Cour de cassation
Le juge doit rechercher d’office le caractère abusif d’une clause permettant à la banque de prouver de manière irréfragable son obligation d’information par des documents élaborés unilatéralement

Cass. com., 19 janvier 2022, n° 20-13.719

Cass. com., 19 janvier 2022, n° 20-13.719  

Contrat de prêt — Caution — Obligation d’information annuelle – Modes de preuve – Office du juge — Déséquilibre significatif entre les droits et obligations des parties 

EXTRAITS : 

« Vu l’article L. 132-1, alinéa 1er, devenu L. 212-1, alinéa 1er, du code de la consommation : 

En statuant ainsi, alors qu’il incombait à la cour d’appel de rechercher d’office le caractère abusif de la clause précitée, en ce qu’elle permettait à la banque de rapporter irréfragablement la preuve de l’exécution de son obligation d’information annuelle à l’égard de la caution par des documents qu’elle avait élaborés unilatéralement, et, le cas échéant, d’examiner, dans l’exercice de son pouvoir souverain d’appréciation, la valeur et la portée des éléments de preuve invoqués par la banque à titre de preuve de l’exécution de cette obligation, la cour d’appel a violé le texte susvisé. » 

ANALYSE : 

La chambre commerciale de la Cour de cassation énonce que le juge national doit relever d’office le caractère abusif d’une clause permettant à la banque de prouver de manière irréfragable l’exécution de son obligation d’information à l’aide de documents qu’elle a elle-même déterminés.  

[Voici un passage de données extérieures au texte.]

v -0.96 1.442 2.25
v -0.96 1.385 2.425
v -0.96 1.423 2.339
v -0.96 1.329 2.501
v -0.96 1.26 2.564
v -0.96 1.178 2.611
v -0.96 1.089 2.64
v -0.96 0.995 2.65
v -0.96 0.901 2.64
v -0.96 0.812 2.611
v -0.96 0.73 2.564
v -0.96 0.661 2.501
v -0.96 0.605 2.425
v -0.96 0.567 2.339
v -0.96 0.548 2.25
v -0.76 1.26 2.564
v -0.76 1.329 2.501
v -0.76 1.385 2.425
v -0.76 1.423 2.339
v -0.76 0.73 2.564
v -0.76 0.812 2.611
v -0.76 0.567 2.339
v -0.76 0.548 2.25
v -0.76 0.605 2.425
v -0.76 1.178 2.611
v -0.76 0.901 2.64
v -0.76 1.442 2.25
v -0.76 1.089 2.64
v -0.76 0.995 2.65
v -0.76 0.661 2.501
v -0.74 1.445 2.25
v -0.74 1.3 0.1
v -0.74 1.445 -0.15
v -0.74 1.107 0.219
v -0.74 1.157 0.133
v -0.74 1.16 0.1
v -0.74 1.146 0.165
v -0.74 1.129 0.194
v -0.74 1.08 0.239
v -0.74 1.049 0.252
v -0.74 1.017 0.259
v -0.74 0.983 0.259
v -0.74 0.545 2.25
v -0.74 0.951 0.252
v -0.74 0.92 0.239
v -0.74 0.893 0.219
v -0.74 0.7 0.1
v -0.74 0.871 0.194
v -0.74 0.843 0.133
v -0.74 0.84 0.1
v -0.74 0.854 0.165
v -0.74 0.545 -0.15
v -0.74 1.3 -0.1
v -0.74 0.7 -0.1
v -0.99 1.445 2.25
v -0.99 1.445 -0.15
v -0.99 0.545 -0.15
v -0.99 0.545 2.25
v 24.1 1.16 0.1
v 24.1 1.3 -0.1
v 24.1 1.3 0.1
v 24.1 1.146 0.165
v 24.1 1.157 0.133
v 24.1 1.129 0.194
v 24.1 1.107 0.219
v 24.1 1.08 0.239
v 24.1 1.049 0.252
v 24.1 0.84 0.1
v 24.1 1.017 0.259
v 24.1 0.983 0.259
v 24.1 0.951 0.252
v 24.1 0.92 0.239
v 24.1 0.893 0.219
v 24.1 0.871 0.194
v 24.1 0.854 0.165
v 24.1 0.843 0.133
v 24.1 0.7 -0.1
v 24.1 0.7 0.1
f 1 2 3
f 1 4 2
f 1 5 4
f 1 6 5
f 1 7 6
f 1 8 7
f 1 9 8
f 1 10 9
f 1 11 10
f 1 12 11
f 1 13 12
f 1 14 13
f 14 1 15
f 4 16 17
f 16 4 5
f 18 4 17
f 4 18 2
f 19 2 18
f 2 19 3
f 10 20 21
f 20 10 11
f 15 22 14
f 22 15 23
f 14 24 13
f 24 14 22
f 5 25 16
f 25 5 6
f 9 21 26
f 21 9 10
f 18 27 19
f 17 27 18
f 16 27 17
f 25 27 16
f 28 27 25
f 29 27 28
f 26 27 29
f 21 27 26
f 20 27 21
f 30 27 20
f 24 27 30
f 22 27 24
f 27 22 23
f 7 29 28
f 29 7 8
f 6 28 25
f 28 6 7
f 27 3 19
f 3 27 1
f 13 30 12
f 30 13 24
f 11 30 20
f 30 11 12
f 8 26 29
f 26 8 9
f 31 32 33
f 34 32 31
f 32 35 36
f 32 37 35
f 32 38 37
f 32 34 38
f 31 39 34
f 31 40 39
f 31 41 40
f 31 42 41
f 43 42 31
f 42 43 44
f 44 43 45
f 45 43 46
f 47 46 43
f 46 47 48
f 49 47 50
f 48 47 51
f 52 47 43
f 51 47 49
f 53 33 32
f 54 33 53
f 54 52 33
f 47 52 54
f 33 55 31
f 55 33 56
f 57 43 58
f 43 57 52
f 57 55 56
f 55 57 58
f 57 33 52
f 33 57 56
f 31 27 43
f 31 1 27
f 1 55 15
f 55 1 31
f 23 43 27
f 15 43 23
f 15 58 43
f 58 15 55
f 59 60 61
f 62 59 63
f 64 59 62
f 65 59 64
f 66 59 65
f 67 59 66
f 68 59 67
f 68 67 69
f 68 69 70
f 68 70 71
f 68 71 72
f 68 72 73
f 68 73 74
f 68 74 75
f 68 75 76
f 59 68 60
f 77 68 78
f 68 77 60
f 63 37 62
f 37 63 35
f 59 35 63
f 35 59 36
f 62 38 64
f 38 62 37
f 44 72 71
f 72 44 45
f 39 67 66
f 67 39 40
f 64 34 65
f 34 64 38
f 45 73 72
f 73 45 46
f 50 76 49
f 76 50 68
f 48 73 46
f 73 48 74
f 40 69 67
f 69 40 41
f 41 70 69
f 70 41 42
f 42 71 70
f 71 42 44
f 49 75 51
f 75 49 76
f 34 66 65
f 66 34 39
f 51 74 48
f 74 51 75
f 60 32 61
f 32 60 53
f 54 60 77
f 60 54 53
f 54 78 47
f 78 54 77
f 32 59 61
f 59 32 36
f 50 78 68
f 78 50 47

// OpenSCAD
//bâton à bout plat
//Flat end stick
//Une long prisme rectangulaire avec un long demi cylindre (placer verticalement)
// Long rectangular prisim with long half-cylinder (vertical)
$fn=30; 
union()	{
translate([0,0,0])				{
rotate(a=120,v=[1,1,1])translate([1,0.1,-0.9])cylinder(r=0.16,h=25);
rotate(a=270,v=[5,0,0])translate([-0.9,-0.1,0.7])cube(size=[25,0.2,0.6]);

// bout plat à la fin du bâton
// Flat end at the end of stick
rotate(a=270,v=[1,0,0]) {
translate([-0.99,-2,1.045]){
translate([0.03,-0.2,-0.05])rotate(a=120,v=[1,1,1])cylinder(r=0.45,h=0.2);
translate([0,-0.25,-0.5])cube(size=[0.25,2.4,0.9]);
					         }

				                  }
			
											}

			}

La clause litigieuse énonçait que « compte tenu du système de gestion automatisée de cette information mis au point par la banque, les parties conviennent que la production d’un listing informatique fera preuve de l’information entre elles »,  

La Cour de cassation ne se prononce pas sur le caractère abusif de la clause mais rappelle que le juge national est tenu d’apprécier d’office ce caractère dès lors qu’il dispose des moyens de faits et de droits nécessaires. La Cour de justice de l’Union Européenne a en effet confirmé récemment dans l’arrêt CJUE, 11 mars 2020,  C511/17, Lintner  « l’obligation pour le juge national d’examiner d’office le caractère abusif d’une clause, conformément à l’article 6 paragraphe 1 de la directive 93/13/CEE sur les clauses abusives et à l’arrêt du 4 juin 2009, Pannon GSM (C-243/08, EU:C:2009:350) dès lors qu’il dispose des éléments de faits et de droit nécessaires à cet examen, (arrêts du 17 mai 2018, Karel de Grote – Hogeschool Katholieke Hogeschool Antwerpen, C-147/16, EU:C:2018:320, point 29, et du 20 septembre 2018, OTP Bank et OTP Faktoring, C-51/17, EU:C:2018:750 point 87) » (site de la CCA)  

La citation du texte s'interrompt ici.